# What this task involves:
Print nothing except the lines of the listing below from the line with "f 159 161 131" to the line with "f 150 178 151", each exactly as written, both ends included.

# Available records:

====================

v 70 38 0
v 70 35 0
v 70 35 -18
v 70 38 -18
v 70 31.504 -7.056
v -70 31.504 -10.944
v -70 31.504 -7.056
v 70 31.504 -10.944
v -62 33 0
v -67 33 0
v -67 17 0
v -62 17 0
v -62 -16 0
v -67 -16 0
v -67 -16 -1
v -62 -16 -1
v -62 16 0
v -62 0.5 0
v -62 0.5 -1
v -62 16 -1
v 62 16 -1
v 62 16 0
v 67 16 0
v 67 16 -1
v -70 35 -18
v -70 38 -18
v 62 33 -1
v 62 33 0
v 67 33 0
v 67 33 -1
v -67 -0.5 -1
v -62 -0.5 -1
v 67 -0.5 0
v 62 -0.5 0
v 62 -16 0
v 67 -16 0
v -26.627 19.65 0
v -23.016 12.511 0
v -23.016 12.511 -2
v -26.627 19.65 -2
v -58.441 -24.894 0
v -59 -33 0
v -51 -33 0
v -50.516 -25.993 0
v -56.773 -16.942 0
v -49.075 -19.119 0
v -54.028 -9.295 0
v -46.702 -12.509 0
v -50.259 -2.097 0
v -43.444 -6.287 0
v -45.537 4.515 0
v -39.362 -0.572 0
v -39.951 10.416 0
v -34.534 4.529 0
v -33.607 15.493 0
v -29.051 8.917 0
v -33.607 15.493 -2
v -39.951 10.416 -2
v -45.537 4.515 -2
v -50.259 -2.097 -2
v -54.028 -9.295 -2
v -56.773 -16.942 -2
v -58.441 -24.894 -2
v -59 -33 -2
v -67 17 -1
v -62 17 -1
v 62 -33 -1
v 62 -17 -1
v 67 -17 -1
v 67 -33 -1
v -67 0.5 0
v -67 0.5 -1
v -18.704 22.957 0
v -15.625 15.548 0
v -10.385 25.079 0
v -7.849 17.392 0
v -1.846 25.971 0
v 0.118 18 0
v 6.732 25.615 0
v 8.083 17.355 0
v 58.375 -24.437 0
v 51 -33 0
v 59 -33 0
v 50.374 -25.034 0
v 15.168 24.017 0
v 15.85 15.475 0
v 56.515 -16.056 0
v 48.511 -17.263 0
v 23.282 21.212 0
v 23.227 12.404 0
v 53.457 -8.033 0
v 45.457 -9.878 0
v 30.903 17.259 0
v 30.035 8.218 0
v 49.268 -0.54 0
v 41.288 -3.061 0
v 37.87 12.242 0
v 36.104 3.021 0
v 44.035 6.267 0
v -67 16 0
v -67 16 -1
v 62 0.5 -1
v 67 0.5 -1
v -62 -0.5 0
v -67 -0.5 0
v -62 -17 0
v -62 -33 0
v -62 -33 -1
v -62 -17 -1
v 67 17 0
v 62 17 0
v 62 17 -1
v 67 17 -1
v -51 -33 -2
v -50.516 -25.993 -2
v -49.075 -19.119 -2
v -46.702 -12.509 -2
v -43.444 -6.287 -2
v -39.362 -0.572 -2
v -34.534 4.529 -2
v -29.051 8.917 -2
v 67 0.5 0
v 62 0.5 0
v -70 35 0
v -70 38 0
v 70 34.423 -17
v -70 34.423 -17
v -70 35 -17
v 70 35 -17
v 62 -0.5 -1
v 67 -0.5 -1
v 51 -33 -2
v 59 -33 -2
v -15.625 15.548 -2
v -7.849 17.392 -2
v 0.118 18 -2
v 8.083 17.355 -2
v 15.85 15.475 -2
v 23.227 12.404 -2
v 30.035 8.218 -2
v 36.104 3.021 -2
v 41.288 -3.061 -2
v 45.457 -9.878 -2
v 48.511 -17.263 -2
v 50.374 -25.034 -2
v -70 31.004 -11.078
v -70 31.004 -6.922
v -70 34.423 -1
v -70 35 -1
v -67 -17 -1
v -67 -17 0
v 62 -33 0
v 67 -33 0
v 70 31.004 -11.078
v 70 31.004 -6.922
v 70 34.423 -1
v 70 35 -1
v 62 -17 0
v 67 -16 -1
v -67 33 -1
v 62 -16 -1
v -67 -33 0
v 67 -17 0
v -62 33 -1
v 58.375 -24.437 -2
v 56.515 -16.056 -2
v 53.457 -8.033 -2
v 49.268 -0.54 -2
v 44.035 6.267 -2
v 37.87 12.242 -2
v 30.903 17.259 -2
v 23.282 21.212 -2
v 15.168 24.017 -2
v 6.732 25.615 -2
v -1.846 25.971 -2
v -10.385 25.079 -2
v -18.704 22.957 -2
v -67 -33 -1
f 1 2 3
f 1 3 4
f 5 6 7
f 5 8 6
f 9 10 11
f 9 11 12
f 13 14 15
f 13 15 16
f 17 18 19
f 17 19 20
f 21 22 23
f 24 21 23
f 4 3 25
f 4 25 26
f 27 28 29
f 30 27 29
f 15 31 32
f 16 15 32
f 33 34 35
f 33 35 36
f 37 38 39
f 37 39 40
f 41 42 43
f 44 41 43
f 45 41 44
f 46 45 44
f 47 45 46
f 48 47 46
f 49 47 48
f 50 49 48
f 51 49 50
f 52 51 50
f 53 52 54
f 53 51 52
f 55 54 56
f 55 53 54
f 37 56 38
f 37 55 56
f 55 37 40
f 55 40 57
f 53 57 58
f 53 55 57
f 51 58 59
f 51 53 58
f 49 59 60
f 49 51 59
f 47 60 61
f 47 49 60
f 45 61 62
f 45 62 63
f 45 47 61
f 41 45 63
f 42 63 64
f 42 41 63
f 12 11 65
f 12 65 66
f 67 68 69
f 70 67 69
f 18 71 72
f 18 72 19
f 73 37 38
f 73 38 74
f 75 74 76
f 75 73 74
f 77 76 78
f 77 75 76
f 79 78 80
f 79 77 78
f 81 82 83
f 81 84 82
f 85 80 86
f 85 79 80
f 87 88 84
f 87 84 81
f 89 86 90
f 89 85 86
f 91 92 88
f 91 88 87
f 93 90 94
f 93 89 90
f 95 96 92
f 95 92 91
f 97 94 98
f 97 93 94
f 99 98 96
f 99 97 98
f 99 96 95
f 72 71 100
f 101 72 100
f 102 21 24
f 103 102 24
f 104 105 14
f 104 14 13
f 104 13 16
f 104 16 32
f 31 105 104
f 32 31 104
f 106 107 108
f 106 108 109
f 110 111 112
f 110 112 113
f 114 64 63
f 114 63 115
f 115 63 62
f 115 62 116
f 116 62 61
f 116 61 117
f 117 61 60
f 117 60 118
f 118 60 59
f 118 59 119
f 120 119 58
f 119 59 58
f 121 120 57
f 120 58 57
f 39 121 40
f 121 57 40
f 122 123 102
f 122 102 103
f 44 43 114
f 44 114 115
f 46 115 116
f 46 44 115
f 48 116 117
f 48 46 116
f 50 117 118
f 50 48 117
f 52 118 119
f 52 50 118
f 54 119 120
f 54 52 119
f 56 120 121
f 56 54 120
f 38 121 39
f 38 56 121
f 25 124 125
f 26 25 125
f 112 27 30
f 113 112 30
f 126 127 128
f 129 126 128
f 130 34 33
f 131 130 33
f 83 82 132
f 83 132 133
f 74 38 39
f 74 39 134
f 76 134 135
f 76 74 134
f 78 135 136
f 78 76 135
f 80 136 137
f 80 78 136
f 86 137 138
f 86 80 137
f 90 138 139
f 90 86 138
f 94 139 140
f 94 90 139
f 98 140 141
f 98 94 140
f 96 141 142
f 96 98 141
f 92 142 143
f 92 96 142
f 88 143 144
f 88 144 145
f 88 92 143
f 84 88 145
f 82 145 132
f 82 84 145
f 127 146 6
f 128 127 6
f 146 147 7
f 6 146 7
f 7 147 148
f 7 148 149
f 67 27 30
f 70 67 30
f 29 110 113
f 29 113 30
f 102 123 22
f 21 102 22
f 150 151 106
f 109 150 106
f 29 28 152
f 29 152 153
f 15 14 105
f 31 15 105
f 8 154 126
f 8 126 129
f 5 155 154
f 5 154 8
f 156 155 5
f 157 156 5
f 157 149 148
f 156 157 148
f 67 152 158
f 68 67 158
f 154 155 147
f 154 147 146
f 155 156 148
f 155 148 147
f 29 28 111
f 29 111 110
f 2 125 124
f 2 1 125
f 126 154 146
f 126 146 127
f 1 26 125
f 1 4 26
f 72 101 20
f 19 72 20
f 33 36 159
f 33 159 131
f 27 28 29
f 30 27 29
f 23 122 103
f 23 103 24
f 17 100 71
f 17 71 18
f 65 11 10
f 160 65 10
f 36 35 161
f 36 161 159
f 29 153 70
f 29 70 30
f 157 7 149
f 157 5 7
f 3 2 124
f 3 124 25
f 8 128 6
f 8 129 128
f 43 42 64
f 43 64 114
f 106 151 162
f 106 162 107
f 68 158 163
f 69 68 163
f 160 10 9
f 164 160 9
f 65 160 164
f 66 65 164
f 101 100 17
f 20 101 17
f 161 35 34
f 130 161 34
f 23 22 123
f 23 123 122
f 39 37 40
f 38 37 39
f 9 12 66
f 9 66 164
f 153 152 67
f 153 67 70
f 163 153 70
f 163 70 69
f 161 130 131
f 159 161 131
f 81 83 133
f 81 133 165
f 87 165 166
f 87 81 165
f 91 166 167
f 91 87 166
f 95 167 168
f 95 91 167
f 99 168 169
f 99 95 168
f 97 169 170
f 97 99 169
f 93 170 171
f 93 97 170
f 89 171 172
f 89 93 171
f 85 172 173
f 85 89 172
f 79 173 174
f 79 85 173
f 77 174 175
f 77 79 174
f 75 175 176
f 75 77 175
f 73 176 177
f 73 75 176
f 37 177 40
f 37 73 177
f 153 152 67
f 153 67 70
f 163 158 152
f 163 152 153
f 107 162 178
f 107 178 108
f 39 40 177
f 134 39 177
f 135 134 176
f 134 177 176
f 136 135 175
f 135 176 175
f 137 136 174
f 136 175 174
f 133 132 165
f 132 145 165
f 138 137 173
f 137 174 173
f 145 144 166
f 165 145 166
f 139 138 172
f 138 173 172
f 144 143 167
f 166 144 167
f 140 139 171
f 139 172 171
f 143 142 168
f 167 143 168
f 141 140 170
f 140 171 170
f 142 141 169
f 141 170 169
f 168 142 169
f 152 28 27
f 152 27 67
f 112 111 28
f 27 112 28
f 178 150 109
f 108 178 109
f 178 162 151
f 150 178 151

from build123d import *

# Parameters (mm, degrees)
F0_W     = 5
F0_H     = 16
F1_DEPTH = 1
F0_H_2   = 15.5
F2_DEPTH = 2
F0_H_3   = 1
F3_DEPTH = 1
F4_DEPTH = 2
F6_DEPTH = 70


with BuildPart() as f1:
    # F0 (on Top) → F1 (new body)
    with BuildSketch(Plane.XY):
        with Locations((-64.5, 25)):
            Rectangle(F0_W, F0_H)
    extrude(amount=-F1_DEPTH)


with BuildPart() as f1b:
    # F0 (on Top) → F1, piece 2 (new body)
    with BuildSketch(Plane.XY):
        with Locations((-64.5, 8.25)):
            Rectangle(F0_W, F0_H_2)
    extrude(amount=-F1_DEPTH)


with BuildPart() as f1c:
    # F0 (on Top) → F1, piece 3 (new body)
    with BuildSketch(Plane.XY):
        with Locations((-64.5, -8.25)):
            Rectangle(F0_W, F0_H_2)
    extrude(amount=-F1_DEPTH)


with BuildPart() as f1d:
    # F0 (on Top) → F1, piece 4 (new body)
    with BuildSketch(Plane.XY):
        with Locations((-64.5, -25)):
            Rectangle(F0_W, F0_H)
    extrude(amount=-F1_DEPTH)


with BuildPart() as f1e:
    # F0 (on Top) → F1, piece 5 (new body)
    with BuildSketch(Plane.XY):
        with Locations((64.5, 25)):
            Rectangle(F0_W, F0_H)
    extrude(amount=-F1_DEPTH)


with BuildPart() as f1f:
    # F0 (on Top) → F1, piece 6 (new body)
    with BuildSketch(Plane.XY):
        with Locations((64.5, 8.25)):
            Rectangle(F0_W, F0_H_2)
    extrude(amount=-F1_DEPTH)


with BuildPart() as f1g:
    # F0 (on Top) → F1, piece 7 (new body)
    with BuildSketch(Plane.XY):
        with Locations((64.5, -8.25)):
            Rectangle(F0_W, F0_H_2)
    extrude(amount=-F1_DEPTH)


with BuildPart() as f1h:
    # F0 (on Top) → F1, piece 8 (new body)
    with BuildSketch(Plane.XY):
        with Locations((64.5, -25)):
            Rectangle(F0_W, F0_H)
    extrude(amount=-F1_DEPTH)


with BuildPart() as f2:
    # F0 (on Top) → F2 (new body)
    with BuildSketch(Plane.XY):
        with BuildLine():
            Line((-23.0162111194, 12.5110319121), (-26.6265971774, 19.6500173101))
            ThreePointArc((-26.6265971774, 19.6500173101), (-50.2591744534, -2.0966768249), (-59, -33))
            Line((-59, -33), (-51, -33))
            ThreePointArc((-51, -33), (-43.4443711376, -6.2869579334), (-23.0162111194, 12.5110319121))
        make_face()
    extrude(amount=-F2_DEPTH)


with BuildPart() as f3:
    # F0 (on Top) → F3 (new body)
    with BuildSketch(Plane.XY):
        with Locations((64.5, 25)):
            Rectangle(F0_W, F0_H)
        with Locations((64.5, 16.5)):
            Rectangle(F0_W, F0_H_3)
        with Locations((64.5, 8.25)):
            Rectangle(F0_W, F0_H_2)
        with Locations((64.5, 0)):
            Rectangle(F0_W, F0_H_3)
        with Locations((64.5, -8.25)):
            Rectangle(F0_W, F0_H_2)
        with Locations((64.5, -16.5)):
            Rectangle(F0_W, F0_H_3)
        with Locations((64.5, -25)):
            Rectangle(F0_W, F0_H)
    extrude(amount=-F3_DEPTH)


with BuildPart() as f4:
    # F0 (on Top) → F4 (new body)
    with BuildSketch(Plane.XY):
        with BuildLine():
            Line((51, -33), (59, -33))
            ThreePointArc((59, -33), (30.9033231751, 17.2591744534), (-26.6265971774, 19.6500173101))
            Line((-26.6265971774, 19.6500173101), (-23.0162111194, 12.5110319121))
            ThreePointArc((-23.0162111194, 12.5110319121), (26.7130420666, 10.4443711376), (51, -33))
        make_face()
    extrude(amount=-F4_DEPTH)


with BuildPart() as f6:
    # F5 (on Right) → F6 (new body, symmetric)
    with BuildSketch(Plane.YZ):
        Polygon((31.5038475773, -7.0555136271), (35, -1), (34.4226497308, -1), (31.0038475773, -6.9215390309), (31.0038475773, -7.9215390309), align=None)
        Polygon((34.4226497308, -17), (35, -17), (31.5038475773, -10.9444863729), (31.0038475773, -10.0784609691), (31.0038475773, -11.0784609691), align=None)
        Polygon((31.5038475773, -10.9444863729), (31.5038475773, -9), (31.0038475773, -9), (31.0038475773, -10.0784609691), align=None)
        Polygon((31.5038475773, -9), (31.5038475773, -7.0555136271), (31.0038475773, -7.9215390309), (31.0038475773, -9), align=None)
    extrude(amount=F6_DEPTH, both=True)


with BuildPart() as f6b:
    # F5 (on Right) → F6, piece 2 (new body, symmetric)
    with BuildSketch(Plane.YZ):
        Polygon((38, 0), (35, 0), (35, -1), (35, -9), (35, -17), (35, -18), (38, -18), align=None)
    extrude(amount=F6_DEPTH, both=True)


solid = Compound([f1.part, f1b.part, f1c.part, f1d.part, f1e.part, f1f.part, f1g.part, f1h.part, f2.part, f3.part, f4.part, f6.part, f6b.part])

====================

# Your response:
f 159 161 131
f 81 83 133
f 81 133 165
f 87 165 166
f 87 81 165
f 91 166 167
f 91 87 166
f 95 167 168
f 95 91 167
f 99 168 169
f 99 95 168
f 97 169 170
f 97 99 169
f 93 170 171
f 93 97 170
f 89 171 172
f 89 93 171
f 85 172 173
f 85 89 172
f 79 173 174
f 79 85 173
f 77 174 175
f 77 79 174
f 75 175 176
f 75 77 175
f 73 176 177
f 73 75 176
f 37 177 40
f 37 73 177
f 153 152 67
f 153 67 70
f 163 158 152
f 163 152 153
f 107 162 178
f 107 178 108
f 39 40 177
f 134 39 177
f 135 134 176
f 134 177 176
f 136 135 175
f 135 176 175
f 137 136 174
f 136 175 174
f 133 132 165
f 132 145 165
f 138 137 173
f 137 174 173
f 145 144 166
f 165 145 166
f 139 138 172
f 138 173 172
f 144 143 167
f 166 144 167
f 140 139 171
f 139 172 171
f 143 142 168
f 167 143 168
f 141 140 170
f 140 171 170
f 142 141 169
f 141 170 169
f 168 142 169
f 152 28 27
f 152 27 67
f 112 111 28
f 27 112 28
f 178 150 109
f 108 178 109
f 178 162 151
f 150 178 151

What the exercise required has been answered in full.